Yep, once you've smelted it at least twice in a VIM-VAR process to get the high grade steel you'd need for a flywheel.
 
#63 ·
Please provide actual numbers if you wish to continue these apparently baseless assertions.

You mention a flywheel scheme there from 6 years ago. Can you please show the CO2 account there, demonstrating costs versus CO2 benefits.

Then, you can carry on to explain the CO2 emissions from whatever power source actually delviered the energy into those things.

I trust you do understand that nuclear is an ENERGY GENERATOR and flywheels are ENERGY STORAGE.

You get the difference between generators and storage, and the thread is about generators.

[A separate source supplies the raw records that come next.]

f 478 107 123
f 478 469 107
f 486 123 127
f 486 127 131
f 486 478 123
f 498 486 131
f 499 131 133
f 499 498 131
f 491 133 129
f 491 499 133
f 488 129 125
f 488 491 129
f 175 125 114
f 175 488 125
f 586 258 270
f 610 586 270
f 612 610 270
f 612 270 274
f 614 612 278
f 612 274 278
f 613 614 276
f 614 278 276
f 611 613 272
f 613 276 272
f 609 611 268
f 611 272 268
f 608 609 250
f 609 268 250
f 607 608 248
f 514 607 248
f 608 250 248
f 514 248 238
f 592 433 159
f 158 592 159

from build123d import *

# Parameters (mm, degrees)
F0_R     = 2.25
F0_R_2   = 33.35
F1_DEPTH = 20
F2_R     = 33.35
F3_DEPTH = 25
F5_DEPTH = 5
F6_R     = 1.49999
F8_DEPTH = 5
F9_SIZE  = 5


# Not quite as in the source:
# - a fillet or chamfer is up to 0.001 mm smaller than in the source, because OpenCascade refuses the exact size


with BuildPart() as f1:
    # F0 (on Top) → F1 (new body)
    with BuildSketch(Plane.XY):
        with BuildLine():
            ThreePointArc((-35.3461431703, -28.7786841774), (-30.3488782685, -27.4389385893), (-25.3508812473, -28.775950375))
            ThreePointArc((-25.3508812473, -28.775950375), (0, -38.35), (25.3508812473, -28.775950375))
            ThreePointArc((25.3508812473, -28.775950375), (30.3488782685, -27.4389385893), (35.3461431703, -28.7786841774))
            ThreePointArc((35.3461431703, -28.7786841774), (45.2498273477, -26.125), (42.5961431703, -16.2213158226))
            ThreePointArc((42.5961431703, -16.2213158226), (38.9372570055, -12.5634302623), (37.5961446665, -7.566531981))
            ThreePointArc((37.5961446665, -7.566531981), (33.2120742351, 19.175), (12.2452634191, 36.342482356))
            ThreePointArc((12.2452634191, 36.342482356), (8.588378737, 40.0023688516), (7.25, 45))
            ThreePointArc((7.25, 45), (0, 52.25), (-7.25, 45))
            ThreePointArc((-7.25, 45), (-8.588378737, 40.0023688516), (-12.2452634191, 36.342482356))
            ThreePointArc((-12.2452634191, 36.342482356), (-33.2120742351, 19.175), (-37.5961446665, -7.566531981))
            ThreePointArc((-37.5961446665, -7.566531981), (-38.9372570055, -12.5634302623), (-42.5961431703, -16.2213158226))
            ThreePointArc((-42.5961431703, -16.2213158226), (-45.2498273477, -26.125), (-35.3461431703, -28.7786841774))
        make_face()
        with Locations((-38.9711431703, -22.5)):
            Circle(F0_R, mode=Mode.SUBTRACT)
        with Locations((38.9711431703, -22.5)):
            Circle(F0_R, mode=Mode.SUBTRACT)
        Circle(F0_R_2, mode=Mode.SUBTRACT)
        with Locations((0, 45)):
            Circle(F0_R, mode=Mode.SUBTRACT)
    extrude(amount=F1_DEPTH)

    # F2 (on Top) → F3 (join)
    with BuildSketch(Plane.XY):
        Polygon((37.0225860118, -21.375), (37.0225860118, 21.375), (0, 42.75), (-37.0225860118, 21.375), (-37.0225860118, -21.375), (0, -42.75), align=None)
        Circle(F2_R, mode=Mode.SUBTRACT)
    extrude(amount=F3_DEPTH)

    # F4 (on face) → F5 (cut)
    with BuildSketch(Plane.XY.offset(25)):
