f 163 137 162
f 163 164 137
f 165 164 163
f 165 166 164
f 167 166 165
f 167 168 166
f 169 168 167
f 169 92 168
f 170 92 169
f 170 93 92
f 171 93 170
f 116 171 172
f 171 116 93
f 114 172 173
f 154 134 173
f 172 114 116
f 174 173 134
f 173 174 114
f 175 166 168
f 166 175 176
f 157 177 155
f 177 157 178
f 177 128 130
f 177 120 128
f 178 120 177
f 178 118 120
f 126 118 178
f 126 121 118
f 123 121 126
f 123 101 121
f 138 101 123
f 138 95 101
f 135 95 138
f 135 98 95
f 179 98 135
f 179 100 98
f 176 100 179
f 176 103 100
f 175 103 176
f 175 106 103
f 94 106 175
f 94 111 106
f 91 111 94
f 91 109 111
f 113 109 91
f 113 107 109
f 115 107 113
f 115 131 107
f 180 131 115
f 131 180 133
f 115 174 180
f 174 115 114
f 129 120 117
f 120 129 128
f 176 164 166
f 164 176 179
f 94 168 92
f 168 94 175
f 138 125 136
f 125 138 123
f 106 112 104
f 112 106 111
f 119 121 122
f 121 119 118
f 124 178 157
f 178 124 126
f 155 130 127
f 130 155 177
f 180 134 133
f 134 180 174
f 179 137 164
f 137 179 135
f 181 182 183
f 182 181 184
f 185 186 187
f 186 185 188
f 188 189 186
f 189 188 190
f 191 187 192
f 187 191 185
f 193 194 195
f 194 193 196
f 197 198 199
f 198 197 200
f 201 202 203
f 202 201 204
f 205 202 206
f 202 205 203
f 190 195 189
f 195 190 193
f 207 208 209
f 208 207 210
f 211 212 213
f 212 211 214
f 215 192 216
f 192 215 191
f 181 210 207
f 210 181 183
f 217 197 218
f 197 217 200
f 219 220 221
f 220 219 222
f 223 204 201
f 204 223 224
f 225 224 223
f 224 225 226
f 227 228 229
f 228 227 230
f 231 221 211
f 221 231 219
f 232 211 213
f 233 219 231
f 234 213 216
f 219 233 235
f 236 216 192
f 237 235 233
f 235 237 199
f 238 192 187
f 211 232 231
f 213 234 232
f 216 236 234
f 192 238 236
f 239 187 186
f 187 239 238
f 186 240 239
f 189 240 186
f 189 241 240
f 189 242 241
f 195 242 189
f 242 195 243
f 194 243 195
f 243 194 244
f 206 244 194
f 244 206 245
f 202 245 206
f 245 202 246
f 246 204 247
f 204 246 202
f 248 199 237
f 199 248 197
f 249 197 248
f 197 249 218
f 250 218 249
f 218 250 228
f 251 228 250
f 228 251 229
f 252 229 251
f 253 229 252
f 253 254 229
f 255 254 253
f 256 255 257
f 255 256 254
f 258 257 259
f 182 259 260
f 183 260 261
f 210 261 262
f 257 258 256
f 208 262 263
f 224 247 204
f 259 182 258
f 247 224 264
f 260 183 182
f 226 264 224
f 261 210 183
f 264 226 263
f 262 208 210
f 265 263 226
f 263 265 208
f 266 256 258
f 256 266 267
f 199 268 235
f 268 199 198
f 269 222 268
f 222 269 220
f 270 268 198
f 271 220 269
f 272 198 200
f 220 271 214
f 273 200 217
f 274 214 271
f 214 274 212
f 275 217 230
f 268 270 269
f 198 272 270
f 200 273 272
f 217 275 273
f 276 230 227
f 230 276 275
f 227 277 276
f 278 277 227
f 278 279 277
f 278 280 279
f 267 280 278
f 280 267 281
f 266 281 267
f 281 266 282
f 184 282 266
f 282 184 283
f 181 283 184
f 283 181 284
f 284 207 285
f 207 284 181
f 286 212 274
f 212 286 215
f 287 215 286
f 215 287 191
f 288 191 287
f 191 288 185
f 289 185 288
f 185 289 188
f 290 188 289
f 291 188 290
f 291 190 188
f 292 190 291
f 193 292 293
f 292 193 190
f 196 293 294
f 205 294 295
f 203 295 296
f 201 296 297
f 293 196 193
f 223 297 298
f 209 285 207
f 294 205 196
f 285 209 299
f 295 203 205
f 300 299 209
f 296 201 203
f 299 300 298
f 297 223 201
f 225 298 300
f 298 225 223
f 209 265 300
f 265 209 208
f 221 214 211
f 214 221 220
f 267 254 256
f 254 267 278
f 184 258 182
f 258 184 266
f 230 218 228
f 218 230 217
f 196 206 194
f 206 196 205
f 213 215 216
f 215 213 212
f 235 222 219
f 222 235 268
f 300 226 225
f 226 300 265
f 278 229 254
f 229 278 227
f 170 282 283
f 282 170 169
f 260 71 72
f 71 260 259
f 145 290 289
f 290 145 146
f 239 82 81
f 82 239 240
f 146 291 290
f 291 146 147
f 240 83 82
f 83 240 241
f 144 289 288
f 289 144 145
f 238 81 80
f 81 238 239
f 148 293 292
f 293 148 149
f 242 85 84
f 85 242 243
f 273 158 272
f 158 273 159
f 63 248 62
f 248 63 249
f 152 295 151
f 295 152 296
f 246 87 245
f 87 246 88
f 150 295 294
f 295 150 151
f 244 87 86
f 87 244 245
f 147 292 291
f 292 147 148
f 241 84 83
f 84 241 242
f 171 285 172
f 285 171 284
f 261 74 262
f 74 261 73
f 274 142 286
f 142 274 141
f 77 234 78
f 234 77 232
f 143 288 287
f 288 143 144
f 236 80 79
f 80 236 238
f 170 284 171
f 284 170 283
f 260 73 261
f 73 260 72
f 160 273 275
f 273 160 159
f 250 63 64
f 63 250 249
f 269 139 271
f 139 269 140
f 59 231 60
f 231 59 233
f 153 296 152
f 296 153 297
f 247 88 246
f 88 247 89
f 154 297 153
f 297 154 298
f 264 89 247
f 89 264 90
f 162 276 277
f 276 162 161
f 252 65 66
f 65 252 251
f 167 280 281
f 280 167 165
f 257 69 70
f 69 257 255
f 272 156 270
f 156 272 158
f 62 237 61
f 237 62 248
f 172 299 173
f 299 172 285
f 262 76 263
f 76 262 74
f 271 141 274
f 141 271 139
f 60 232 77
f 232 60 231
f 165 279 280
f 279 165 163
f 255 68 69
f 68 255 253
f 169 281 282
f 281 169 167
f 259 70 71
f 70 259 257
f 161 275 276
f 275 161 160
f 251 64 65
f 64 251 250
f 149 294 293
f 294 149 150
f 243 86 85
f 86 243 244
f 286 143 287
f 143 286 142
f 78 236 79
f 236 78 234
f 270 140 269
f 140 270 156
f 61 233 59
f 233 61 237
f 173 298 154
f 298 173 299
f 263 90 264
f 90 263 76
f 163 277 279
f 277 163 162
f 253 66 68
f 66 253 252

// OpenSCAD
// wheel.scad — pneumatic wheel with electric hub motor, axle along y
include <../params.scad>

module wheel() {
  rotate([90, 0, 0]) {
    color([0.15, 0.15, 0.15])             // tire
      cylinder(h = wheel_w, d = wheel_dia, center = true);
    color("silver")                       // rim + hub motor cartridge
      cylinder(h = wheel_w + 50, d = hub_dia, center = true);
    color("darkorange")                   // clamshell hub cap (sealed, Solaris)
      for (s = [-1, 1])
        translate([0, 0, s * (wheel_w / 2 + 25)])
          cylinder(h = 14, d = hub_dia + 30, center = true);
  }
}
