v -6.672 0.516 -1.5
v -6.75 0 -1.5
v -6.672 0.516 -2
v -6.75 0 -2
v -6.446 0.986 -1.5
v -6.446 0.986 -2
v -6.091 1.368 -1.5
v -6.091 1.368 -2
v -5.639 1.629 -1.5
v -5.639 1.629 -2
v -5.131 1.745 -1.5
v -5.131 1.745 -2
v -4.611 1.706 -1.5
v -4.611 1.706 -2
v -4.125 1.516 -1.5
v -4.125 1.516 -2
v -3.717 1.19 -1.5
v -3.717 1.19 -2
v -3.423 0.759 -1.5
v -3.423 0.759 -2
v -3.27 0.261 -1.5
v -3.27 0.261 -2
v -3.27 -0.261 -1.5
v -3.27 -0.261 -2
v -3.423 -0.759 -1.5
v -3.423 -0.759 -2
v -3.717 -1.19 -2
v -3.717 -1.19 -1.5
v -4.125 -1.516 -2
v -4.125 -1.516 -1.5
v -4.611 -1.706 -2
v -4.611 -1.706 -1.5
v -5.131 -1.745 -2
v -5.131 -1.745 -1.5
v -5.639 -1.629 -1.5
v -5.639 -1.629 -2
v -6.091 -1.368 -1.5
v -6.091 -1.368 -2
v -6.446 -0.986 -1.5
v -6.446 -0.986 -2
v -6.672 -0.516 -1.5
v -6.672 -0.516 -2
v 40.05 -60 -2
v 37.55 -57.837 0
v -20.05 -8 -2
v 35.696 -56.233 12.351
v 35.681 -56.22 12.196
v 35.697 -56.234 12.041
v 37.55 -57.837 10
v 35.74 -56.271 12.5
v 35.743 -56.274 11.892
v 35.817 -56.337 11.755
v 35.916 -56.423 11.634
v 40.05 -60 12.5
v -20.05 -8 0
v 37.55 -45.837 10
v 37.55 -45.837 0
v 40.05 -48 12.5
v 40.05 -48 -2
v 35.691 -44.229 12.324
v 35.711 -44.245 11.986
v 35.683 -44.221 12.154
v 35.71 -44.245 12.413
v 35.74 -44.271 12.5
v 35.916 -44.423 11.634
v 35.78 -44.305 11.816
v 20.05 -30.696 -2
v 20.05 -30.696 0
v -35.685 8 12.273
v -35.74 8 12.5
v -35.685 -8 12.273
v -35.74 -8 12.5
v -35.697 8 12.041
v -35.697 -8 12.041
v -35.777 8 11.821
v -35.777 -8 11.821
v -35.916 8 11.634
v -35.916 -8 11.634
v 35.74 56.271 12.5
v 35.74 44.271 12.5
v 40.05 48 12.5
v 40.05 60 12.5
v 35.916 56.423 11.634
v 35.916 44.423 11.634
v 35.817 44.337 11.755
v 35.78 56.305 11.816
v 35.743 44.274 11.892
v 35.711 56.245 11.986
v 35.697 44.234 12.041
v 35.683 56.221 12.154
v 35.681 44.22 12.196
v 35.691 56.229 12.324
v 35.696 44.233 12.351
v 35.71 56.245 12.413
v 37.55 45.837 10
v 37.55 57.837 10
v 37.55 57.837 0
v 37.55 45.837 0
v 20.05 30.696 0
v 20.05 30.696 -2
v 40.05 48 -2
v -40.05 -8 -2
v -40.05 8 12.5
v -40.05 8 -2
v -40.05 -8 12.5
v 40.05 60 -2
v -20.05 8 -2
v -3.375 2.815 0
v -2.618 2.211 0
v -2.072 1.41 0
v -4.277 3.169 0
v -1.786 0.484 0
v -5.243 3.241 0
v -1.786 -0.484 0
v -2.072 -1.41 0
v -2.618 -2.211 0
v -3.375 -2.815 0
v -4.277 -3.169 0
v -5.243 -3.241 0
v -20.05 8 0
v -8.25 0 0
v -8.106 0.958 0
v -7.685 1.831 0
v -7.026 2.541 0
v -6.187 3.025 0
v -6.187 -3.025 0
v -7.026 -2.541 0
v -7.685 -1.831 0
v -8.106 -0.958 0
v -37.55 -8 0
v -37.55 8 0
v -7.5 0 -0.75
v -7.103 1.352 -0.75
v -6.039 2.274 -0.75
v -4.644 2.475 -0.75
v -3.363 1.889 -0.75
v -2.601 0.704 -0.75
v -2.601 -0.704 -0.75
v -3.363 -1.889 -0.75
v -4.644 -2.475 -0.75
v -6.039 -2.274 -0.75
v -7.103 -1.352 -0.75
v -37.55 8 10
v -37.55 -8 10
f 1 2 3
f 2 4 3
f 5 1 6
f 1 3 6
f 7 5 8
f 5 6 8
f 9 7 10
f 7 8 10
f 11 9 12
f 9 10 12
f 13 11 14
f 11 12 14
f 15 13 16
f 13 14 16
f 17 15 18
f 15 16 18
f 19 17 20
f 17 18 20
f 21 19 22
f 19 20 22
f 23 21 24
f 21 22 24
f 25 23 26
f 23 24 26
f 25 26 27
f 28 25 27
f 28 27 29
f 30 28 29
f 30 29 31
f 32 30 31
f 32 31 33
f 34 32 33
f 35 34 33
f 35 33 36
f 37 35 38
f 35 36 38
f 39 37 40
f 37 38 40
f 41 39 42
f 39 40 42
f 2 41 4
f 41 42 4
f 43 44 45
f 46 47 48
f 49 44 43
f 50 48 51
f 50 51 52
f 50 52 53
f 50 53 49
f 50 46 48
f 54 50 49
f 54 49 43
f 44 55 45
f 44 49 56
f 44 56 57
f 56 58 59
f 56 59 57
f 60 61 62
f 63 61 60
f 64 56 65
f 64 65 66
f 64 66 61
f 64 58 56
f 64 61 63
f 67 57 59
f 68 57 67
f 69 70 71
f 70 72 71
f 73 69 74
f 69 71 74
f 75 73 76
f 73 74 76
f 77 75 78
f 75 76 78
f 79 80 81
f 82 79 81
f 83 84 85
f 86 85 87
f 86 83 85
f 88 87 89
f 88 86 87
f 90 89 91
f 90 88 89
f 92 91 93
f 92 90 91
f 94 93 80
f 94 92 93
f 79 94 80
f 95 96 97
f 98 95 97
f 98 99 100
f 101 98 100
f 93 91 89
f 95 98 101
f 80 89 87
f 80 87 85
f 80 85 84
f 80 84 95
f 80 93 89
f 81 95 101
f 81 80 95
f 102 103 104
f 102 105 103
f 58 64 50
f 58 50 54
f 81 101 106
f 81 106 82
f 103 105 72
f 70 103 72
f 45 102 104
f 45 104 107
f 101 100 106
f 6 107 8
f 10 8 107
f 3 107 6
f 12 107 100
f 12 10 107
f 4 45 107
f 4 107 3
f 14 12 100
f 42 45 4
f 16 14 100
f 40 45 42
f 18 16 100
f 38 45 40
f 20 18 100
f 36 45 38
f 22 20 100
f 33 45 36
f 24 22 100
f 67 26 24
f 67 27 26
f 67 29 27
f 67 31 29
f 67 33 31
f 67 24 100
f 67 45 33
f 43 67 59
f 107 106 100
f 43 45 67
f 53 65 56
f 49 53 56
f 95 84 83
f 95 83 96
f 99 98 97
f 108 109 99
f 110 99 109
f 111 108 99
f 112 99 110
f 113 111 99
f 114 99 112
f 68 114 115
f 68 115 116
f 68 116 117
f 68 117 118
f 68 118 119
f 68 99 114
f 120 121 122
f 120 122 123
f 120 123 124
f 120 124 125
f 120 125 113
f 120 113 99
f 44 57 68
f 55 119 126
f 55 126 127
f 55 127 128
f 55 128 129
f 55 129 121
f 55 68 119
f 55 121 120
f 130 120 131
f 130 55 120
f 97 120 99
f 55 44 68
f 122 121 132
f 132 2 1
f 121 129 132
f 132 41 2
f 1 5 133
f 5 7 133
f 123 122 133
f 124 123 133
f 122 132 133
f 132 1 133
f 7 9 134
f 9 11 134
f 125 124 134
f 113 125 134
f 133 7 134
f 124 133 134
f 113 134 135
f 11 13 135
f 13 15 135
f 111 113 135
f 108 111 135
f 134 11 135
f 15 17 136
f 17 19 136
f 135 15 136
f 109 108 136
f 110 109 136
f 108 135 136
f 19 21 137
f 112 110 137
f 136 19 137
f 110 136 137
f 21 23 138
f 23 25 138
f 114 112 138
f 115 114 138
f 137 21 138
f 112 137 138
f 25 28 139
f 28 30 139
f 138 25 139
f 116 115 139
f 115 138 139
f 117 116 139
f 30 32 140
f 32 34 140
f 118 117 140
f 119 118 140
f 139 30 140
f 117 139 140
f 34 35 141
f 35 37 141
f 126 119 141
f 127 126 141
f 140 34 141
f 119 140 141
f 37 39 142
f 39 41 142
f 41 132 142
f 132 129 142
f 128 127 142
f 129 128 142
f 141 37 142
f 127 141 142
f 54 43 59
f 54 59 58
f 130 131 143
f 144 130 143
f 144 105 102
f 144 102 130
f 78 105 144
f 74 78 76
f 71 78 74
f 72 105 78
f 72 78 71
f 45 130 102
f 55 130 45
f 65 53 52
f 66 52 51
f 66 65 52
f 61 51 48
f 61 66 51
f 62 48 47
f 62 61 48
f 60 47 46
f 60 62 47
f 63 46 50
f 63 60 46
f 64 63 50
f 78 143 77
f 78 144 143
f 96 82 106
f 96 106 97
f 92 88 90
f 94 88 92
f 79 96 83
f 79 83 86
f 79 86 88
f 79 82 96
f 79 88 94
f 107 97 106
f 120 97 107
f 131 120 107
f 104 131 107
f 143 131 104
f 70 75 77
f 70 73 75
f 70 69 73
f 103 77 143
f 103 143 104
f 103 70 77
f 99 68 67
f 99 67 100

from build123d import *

# Parameters (mm, degrees)
F1_DEPTH       = 60
F2_R           = 0.8
F4_DEPTH       = 12.5
F6_D           = 3.5
F6_CSINK_D     = 6.5
F6_CSINK_ANGLE = 90


with BuildPart() as f1:
    # F0 (on Front) → F1 (new body, symmetric)
    with BuildSketch(Plane.XZ):
        Polygon((37.55, 0), (0, 0), (-37.55, 0), (-37.55, 10), (-34.55, 13), (-40.05, 13), (-40.05, -2), (0, -2), (40.05, -2), (40.05, 13), (34.55, 13), (37.55, 10), align=None)
    extrude(amount=F1_DEPTH, both=True)

    # F2
    f2_edges = [f1.edges().sort_by_distance(p)[0] for p in [
        (-34.55, 0, 13),
        (34.55, 0, 13),
    ]]
    fillet(f2_edges, radius=F2_R)

    # F3 (on face) → F4 (intersect, symmetric)
    with BuildSketch(Plane.XY):
        Polygon((-20.05, -8), (40.05, -60), (40.05, -48), (20.05, -30.695507), (20.05, 0), (20.05, 30.695507), (40.05, 48), (40.05, 60), (-20.05, 8), (-40.05, 8), (-40.05, 0), (-40.05, -8), align=None)
    extrude(amount=F4_DEPTH, both=True, mode=Mode.INTERSECT)

    # F6 (through all)
    with Locations(Plane.XY):
        with Locations((-5, 0)):
            CounterSinkHole(F6_D / 2, F6_CSINK_D / 2, counter_sink_angle=F6_CSINK_ANGLE)


solid = f1.part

If you are right, why is electricity so expensive when the nuclear stations get shut off?

You are making no sense, none whatsoever, so you'll have to put some extraordinary numbers behind your extraordinary claims, or .. just shut it.
 
#70 ·
Your whole argument is flawed though. It's the Government pushing the EV agenda, due to the ban on conventionally powered cars from 2030. It won't make any difference if the man-maths still don't stack up in 9 years time. In any event, cars are still cheaper in real terms than they used to be, so it's no bad thing if they cost more, meaning fewer people have them. And that's before you take in to account the effect on people of too many cars.
 
#71 ·
First we tried steel but we found that the cost of steel was too high,” he said. “And then we tested cast iron, which is cheaper than steel but still too expensive. Finally, we decided to think about something really different. We’ve tried all of the classic materials. What’s next?”

Gennesseaux decided to give concrete a shot. Concrete is cheap and readily accessible but posed one significant problem – it doesn’t work well with flywheels. Gennesseaux thought he could adapt both concrete and the flywheel to work together. He decided to try prestressed concrete, which is extremely compressed concrete. He then adapted the flywheel to access the energy by reducing the compression rather than pulling on the material. To Gennesseaux’s surprise, concrete not only worked but it far exceeded expectations.

“Not only did it work, the concrete flywheel stored energy at one-tenth of the cost of batteries,” he said. “I didn’t trust the results at first. I had to check it many times before I was convinced!